The other dimension that they need to address as professionals is the heavy bank loans availed to finance their nursing ‘course.’ Apart from this, many of them take on responsibilities that weigh heavy on their young shoulders like refurbishing their homes, or even building a new one, financing a sibling’s wedding, which place them under great financial pressure, ultimately to frustrate them.
It is at this point these ‘angels in white’ go abroad and to other states in search of greener pastures, leaving behind their young family. I have personally heard many a naïve nurse cursing the day he/she decided to take up nursing as a profession, simply because they are unable to measure up in meeting the financial demands they are asked to shoulder. Parents of these young girls indulge in extreme cruelty by making ATMs out of them, in the process sullying a noble profession. This is a social problem that needs to be addressed.
Having said so, private hospitals, which have made lucrative business out of a once noble profession of healing have a lot to do to improve the lot of these ‘angels in white’ who are supposed to hold high the lamps in their hands, but instead are forced to hold banners as they take to the streets searching for long-lasting solution to their vexations, brought on, partially by themselves and their families, and by their superiors at work.
• Minimum wages prescribed by the highest court of the land must be paid to the nurses without fail or hesitation.
• Time bound, unbiased and meaningful appraisal methods that are not intimidating must be followed religiously wherein the deserving nurses, based on their competence are offered increments in their emoluments or as bonuses.
• Once the training period is through, the nurses must be, on merit absorbed into the hospital with reasonable emoluments.
• The disgraceful and hurting practice of being yelled at by doctors and harassment meted out by nursing hierarchy must be made punishable by law, and must be considered negatively when the formers’ aggrandizement is being considered.
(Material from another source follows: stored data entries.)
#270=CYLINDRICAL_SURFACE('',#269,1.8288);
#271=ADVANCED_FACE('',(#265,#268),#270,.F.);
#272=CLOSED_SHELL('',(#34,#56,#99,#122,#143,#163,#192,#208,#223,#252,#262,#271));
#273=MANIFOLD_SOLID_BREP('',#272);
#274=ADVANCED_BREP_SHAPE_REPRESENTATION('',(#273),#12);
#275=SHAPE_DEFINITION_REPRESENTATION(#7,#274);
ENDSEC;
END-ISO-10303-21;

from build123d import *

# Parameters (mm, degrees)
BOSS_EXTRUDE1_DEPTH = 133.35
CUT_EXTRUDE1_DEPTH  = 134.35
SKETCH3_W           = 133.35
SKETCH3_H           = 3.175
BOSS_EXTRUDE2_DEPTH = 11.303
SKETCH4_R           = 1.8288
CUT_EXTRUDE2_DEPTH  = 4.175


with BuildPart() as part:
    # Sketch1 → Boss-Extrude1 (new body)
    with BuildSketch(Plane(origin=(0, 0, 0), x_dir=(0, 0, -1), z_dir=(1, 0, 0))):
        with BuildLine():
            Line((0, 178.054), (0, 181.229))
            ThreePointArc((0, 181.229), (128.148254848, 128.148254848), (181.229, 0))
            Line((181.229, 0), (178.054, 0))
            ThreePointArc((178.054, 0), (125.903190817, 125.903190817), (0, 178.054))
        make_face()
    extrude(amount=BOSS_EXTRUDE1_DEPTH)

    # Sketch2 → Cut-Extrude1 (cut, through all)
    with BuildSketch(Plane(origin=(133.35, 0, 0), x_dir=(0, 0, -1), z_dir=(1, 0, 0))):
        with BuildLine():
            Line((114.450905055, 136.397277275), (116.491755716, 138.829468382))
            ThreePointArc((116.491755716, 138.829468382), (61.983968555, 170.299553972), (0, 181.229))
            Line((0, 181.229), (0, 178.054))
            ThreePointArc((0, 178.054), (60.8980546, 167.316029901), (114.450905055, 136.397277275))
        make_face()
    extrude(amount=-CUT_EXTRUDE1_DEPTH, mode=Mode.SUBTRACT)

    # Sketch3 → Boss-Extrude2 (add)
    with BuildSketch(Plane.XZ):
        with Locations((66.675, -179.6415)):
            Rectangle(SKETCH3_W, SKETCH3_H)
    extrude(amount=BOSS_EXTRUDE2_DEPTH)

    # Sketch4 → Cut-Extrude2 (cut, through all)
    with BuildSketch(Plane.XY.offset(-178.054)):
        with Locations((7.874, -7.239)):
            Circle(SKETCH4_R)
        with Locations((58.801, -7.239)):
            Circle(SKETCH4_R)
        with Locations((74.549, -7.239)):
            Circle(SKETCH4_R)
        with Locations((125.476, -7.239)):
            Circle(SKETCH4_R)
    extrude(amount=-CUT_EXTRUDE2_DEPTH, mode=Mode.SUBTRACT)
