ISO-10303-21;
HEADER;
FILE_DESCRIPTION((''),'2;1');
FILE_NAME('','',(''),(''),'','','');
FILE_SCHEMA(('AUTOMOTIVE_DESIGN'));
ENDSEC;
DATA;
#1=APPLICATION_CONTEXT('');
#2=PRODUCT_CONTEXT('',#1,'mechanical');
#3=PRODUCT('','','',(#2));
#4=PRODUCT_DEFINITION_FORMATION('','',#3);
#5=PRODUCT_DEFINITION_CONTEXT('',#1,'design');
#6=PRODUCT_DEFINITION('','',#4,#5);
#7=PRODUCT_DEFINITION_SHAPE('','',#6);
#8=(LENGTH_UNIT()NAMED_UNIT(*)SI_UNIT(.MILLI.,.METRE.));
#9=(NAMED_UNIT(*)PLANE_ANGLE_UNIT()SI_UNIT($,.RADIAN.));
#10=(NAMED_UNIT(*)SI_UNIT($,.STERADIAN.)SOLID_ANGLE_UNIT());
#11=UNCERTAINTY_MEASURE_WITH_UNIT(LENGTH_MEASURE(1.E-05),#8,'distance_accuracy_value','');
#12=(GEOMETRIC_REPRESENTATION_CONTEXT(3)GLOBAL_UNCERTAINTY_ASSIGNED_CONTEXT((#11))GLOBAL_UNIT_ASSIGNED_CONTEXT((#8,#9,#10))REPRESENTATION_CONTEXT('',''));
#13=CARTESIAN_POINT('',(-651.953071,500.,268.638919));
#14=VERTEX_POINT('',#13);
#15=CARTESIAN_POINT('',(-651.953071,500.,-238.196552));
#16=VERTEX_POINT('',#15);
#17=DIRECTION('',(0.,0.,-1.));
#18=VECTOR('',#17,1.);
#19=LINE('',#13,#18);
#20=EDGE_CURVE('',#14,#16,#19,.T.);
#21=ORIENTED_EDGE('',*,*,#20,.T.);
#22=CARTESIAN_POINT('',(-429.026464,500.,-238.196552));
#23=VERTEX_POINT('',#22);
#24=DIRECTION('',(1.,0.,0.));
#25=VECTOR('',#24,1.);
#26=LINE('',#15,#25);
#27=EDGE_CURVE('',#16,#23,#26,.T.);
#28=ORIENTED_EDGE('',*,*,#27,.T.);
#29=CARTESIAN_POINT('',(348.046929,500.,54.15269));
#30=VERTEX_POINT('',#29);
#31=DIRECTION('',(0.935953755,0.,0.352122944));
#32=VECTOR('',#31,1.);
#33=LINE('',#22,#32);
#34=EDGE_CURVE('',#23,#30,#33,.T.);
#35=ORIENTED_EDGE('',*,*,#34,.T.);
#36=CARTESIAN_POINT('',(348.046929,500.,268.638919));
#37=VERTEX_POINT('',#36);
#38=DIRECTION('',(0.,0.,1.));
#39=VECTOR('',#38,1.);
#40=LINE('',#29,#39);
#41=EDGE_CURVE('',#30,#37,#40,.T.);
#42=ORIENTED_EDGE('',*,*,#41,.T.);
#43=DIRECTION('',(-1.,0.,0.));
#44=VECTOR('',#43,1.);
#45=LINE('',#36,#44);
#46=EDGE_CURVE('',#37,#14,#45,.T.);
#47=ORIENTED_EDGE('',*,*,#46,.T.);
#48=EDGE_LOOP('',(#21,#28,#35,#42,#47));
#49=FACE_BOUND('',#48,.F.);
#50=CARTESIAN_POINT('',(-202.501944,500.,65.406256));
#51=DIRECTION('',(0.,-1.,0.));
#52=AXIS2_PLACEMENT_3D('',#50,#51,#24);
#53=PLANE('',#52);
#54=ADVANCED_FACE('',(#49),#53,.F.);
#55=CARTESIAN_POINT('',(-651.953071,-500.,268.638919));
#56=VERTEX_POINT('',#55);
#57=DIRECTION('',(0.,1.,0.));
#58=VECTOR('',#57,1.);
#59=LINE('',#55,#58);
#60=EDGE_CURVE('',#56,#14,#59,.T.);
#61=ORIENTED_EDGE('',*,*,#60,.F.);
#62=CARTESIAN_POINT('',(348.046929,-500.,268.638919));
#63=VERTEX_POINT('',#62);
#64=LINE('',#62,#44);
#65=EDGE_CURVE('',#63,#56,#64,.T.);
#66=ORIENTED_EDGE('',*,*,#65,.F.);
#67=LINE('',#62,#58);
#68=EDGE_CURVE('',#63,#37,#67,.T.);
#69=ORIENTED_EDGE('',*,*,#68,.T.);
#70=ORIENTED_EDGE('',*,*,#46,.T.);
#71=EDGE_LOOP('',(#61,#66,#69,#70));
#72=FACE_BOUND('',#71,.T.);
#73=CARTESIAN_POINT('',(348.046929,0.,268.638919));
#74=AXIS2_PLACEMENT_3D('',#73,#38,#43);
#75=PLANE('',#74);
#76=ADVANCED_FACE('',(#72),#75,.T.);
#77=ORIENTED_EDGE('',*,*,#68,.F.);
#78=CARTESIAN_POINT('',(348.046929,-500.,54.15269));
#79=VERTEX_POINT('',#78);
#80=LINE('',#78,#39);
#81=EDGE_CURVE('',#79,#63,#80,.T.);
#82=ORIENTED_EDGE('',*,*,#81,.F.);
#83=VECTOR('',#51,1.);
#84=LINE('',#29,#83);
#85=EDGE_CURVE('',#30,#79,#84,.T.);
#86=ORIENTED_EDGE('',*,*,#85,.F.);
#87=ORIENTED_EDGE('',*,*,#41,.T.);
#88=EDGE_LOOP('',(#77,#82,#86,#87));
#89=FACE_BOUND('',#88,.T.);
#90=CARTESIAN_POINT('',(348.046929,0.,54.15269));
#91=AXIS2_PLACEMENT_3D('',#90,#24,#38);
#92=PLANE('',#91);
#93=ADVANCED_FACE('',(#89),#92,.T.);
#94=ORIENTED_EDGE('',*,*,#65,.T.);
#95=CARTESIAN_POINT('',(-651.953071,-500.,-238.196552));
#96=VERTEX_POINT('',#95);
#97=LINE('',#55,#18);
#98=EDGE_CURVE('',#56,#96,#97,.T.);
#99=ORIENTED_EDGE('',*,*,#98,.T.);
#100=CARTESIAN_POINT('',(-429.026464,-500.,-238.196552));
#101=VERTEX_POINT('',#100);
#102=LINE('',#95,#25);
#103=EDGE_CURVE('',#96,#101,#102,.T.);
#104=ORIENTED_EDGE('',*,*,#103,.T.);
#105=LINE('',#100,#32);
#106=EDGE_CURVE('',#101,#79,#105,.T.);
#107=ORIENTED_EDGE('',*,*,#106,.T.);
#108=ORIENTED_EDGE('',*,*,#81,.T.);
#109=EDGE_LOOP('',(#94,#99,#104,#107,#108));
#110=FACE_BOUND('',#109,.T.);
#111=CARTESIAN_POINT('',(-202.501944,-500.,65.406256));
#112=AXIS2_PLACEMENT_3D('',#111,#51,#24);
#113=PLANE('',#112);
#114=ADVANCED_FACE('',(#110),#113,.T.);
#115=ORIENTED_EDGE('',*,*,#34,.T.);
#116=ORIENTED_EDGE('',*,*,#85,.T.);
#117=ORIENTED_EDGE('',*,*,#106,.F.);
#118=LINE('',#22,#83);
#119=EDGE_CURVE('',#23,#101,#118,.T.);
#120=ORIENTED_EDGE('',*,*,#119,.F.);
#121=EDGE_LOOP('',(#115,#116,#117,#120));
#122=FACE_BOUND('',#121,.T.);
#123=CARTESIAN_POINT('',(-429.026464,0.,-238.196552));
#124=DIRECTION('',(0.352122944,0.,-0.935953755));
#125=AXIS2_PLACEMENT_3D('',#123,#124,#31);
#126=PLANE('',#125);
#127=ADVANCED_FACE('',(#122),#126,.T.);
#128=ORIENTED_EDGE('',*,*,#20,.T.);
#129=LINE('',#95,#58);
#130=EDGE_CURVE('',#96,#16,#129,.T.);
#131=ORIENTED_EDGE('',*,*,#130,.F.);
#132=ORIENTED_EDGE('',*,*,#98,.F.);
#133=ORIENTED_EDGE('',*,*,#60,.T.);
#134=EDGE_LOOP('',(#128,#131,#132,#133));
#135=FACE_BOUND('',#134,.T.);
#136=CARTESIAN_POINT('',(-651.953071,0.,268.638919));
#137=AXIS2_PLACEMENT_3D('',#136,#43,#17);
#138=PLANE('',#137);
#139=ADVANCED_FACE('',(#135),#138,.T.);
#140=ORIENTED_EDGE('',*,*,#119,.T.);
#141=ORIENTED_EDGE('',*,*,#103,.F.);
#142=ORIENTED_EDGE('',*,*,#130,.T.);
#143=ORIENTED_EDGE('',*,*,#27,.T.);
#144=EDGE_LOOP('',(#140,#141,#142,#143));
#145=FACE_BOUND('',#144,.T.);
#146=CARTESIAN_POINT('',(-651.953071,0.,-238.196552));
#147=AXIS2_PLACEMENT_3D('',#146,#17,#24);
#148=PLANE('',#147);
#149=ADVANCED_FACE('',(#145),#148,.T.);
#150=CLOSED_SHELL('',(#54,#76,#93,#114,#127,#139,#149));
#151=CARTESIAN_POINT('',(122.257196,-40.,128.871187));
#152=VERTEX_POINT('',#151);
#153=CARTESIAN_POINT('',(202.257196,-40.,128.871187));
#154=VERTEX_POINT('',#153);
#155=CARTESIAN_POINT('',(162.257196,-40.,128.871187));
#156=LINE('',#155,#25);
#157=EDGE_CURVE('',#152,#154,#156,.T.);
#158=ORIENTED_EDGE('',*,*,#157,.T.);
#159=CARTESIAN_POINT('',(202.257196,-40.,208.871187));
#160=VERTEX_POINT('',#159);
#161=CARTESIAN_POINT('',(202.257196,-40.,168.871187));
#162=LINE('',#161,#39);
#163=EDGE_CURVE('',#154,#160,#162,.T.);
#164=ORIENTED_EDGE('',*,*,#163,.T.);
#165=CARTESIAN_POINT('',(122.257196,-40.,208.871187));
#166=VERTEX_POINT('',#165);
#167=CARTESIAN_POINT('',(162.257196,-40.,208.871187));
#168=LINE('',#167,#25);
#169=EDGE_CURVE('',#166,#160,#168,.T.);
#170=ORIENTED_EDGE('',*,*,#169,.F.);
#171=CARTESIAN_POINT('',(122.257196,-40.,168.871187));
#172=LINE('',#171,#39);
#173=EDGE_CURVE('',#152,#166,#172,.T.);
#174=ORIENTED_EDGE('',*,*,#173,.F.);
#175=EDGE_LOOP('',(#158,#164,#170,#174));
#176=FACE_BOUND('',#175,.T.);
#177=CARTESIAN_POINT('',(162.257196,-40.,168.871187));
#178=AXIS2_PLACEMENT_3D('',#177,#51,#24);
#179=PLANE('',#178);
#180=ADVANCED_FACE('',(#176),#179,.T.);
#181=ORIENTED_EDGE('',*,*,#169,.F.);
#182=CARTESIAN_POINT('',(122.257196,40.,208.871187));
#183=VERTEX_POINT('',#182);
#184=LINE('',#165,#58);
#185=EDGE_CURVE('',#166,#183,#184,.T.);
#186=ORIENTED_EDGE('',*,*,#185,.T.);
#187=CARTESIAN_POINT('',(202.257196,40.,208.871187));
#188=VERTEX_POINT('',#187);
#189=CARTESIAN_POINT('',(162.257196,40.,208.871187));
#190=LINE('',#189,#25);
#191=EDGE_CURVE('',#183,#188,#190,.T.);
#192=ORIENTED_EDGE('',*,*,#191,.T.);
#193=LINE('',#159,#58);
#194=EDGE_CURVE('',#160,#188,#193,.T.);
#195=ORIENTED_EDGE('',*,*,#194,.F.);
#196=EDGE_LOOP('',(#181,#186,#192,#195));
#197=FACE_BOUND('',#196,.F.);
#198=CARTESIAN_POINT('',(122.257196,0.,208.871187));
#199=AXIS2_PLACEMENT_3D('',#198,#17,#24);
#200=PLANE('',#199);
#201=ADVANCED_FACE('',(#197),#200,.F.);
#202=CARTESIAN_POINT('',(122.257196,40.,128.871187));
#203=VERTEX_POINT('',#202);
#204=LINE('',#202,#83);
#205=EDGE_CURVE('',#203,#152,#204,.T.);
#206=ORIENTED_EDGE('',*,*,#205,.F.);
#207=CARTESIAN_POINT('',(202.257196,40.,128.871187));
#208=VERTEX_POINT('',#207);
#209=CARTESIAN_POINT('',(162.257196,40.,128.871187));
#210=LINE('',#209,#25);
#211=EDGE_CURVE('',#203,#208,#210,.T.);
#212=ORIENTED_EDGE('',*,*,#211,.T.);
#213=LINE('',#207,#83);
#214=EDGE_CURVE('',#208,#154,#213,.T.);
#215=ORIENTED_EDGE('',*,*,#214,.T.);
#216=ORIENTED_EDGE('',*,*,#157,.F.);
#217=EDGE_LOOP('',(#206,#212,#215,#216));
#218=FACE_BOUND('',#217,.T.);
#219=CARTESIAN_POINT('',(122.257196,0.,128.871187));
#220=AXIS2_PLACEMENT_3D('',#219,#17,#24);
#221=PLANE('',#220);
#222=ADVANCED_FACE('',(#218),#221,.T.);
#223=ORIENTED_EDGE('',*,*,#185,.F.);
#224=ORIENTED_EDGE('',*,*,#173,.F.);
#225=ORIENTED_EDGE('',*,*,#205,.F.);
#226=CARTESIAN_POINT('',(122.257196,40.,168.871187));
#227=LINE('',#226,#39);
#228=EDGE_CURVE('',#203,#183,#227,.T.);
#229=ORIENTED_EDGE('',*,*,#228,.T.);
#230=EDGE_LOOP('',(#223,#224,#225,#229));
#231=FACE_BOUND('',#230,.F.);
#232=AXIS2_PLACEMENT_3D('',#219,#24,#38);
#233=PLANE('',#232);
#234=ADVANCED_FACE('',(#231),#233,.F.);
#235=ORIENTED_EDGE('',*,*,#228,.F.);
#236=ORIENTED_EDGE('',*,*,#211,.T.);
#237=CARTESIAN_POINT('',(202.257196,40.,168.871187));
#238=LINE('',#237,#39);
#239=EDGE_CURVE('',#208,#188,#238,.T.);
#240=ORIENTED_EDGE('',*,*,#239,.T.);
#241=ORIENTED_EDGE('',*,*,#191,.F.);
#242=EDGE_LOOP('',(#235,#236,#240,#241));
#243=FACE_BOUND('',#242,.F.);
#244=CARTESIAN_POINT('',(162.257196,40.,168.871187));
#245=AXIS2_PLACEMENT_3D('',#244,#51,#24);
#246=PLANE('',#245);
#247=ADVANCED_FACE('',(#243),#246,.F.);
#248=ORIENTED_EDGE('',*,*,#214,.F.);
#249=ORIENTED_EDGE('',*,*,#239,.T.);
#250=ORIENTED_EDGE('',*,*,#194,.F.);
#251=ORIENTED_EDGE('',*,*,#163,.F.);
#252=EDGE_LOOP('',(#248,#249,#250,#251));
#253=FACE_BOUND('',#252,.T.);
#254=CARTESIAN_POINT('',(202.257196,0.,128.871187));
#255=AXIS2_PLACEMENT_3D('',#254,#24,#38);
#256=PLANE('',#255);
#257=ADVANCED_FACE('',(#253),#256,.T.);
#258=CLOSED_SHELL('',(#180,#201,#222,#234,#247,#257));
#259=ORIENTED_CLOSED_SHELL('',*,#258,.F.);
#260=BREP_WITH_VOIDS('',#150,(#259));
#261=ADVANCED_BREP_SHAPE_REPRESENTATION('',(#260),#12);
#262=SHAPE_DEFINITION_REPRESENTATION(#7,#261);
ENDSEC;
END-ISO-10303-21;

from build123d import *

# Parameters (mm, degrees)
F1_DEPTH = 500
F2_W     = 80
F2_H     = 80
F3_DEPTH = 40


with BuildPart() as f1:
    # F0 (on Front) → F1 (new body, symmetric)
    with BuildSketch(Plane.XZ):
        Polygon((-651.953071, -238.196552), (-529.637516, -238.196552), (-429.026464, -238.196552), (348.046929, 54.15269), (348.046929, 268.638919), (-651.953071, 268.638919), align=None)
    extrude(amount=F1_DEPTH, both=True)

    # F2 (on Front) → F3 (cut, symmetric)
    with BuildSketch(Plane.XZ):
        with Locations((162.257196, 168.871187)):
            Rectangle(F2_W, F2_H)
    extrude(amount=F3_DEPTH, both=True, mode=Mode.SUBTRACT)


solid = f1.part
• Small clinics and hospitals which cater to local population and simple folk, unable to meet the financial burden brought about by the enhanced pay for nurses must be supported by the government financially, through measures like subsidizing electricity, water and drugs, and cutting down taxes. The maintenance expenses of costly equipment must also be subsidized by governmental intervention. A Network of such hospitals has already been formed-the Kerala Association of Small Hospitals and Clinics (KSASC) to examine ways to cushion the demands thrust on them, by the hike in nurses’ pay.
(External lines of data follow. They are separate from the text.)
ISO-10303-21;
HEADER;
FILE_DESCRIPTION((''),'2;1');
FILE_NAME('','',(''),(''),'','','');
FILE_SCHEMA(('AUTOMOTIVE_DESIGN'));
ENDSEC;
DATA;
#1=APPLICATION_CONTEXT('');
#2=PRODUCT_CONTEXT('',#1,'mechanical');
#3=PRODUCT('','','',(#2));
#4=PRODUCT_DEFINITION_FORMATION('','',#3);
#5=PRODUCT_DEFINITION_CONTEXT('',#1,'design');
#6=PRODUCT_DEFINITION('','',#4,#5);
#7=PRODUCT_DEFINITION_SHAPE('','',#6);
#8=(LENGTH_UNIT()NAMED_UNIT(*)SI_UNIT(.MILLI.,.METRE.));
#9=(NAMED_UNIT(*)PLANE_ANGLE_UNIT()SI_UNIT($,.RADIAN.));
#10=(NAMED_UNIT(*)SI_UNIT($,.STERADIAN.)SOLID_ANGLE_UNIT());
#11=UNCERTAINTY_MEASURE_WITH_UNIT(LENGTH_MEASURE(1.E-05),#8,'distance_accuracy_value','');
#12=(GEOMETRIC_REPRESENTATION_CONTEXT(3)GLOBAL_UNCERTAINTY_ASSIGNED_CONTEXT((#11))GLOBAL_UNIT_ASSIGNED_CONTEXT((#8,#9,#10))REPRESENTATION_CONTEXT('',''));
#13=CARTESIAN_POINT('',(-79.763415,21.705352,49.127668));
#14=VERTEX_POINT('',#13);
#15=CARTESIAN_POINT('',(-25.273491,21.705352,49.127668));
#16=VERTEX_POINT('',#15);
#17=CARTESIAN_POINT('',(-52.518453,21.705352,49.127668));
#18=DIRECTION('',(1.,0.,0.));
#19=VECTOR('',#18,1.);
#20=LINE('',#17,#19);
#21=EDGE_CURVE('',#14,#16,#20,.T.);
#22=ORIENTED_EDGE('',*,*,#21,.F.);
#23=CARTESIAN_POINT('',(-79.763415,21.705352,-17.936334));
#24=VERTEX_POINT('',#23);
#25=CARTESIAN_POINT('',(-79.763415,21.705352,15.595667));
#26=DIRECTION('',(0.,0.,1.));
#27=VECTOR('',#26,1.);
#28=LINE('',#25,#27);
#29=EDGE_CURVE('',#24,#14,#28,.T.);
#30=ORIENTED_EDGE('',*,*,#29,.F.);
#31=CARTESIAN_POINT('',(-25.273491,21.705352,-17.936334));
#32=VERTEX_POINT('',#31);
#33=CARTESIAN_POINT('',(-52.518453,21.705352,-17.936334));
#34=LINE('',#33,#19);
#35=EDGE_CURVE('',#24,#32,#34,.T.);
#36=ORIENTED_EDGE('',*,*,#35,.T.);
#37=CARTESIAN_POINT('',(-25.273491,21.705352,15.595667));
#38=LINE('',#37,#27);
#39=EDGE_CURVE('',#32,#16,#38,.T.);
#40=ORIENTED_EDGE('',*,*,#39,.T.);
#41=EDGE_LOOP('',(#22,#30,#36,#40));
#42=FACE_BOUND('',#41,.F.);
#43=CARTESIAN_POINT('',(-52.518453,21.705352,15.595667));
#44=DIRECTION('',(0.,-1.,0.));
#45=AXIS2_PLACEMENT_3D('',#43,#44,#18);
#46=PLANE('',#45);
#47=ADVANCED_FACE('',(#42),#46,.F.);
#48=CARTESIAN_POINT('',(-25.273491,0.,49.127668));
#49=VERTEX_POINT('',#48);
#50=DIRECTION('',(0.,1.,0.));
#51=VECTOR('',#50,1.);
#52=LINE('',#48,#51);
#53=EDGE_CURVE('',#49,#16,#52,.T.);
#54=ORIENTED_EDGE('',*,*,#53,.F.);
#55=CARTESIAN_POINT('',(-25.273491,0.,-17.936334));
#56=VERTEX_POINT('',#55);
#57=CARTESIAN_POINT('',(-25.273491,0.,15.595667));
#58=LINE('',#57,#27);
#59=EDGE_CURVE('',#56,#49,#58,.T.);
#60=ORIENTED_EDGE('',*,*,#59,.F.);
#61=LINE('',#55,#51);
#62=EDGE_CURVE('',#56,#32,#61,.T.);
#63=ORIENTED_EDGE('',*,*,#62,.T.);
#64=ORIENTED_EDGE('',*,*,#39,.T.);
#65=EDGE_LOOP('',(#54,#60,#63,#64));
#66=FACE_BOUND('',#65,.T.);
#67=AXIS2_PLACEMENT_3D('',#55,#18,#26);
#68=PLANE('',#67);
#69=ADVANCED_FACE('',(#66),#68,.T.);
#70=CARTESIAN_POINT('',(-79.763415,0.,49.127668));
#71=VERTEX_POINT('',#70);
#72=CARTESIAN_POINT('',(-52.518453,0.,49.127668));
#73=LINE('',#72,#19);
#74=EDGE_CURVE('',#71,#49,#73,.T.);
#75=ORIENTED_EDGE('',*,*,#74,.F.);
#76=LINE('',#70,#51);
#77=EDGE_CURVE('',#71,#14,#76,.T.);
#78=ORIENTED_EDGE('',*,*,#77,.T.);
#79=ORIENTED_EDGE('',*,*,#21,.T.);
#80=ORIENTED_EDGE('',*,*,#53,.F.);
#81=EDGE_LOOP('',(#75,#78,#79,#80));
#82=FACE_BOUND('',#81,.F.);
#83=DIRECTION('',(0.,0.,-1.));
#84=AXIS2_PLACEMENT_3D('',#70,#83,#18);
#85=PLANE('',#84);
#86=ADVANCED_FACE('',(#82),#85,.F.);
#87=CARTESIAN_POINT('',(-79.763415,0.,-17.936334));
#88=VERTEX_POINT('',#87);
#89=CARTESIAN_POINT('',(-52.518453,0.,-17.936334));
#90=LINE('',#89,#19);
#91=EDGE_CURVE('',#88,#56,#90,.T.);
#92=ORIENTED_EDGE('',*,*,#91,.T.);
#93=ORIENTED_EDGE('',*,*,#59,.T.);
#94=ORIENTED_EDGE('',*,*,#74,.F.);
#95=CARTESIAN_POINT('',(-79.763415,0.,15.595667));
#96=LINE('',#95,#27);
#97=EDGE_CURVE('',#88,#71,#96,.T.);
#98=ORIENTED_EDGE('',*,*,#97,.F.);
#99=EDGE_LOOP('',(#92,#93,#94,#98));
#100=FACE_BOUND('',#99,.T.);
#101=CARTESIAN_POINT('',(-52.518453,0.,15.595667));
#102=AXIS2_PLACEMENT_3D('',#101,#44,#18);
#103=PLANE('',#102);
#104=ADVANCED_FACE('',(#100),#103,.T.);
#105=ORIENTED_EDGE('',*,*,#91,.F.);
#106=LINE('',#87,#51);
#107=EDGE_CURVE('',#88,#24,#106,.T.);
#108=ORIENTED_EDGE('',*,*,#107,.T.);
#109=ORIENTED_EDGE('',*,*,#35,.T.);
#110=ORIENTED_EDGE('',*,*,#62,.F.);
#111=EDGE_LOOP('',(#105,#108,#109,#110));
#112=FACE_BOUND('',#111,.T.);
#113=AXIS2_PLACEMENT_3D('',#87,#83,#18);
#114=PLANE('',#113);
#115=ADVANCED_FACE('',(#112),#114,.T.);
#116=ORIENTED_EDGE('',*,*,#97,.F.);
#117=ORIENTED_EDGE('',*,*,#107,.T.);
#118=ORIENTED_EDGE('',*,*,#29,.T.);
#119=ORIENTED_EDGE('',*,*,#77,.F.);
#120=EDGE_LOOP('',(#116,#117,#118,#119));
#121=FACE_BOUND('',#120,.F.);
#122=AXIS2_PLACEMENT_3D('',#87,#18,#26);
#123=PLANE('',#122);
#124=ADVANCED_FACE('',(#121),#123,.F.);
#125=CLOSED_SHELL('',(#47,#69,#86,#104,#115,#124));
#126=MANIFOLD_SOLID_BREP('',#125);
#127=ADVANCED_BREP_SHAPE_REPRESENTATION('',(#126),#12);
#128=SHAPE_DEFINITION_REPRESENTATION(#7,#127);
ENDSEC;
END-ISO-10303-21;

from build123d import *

# Parameters (mm, degrees)
F0_W     = 54.489925
F0_H     = 67.064002
F1_DEPTH = 21.705352


with BuildPart() as f1:
    # F0 (on Front) → F1 (new body)
    with BuildSketch(Plane.XZ):
        with Locations((-52.518453, 15.595667)):
            Rectangle(F0_W, F0_H)
    extrude(amount=-F1_DEPTH)


solid = f1.part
• Nurses must be provided with basic facilities like changing rooms, rest rooms and eating places within hospitals.
• If possible, nurses must be provided accommodation within the hospital or in close proximity to the same in the form of hostels, rooms and quarters to ease their pressure of travelling great distances to come for work.
• They can also be provided crèches that provide facilities where their young children can safely be entrusted, as that will take a great deal of pressure off their shoulders already sagging with several other telling demands.
Though These may sound utopian, these are certainly achievable if cash-rich corporate hospitals put their hearts and souls into the issue, as basic logic remains that if employees are well cared for by the employer, the latter is sure to reap rich dividends in terms of loyalty and pride in workplaces, which cannot be bought in the market, or extracted by force, but will only stand in good stead to the hospitals’ health, where the sick are cared for. More importantly, the ‘angels in white’ are not the ones who are supposed to hit the streets voicing slogans, and holding up banners and placards to get their just dues. It simply does not sit well in a state that boasts of health standards similar to, or even better than some of the so-called ‘developed’ nations.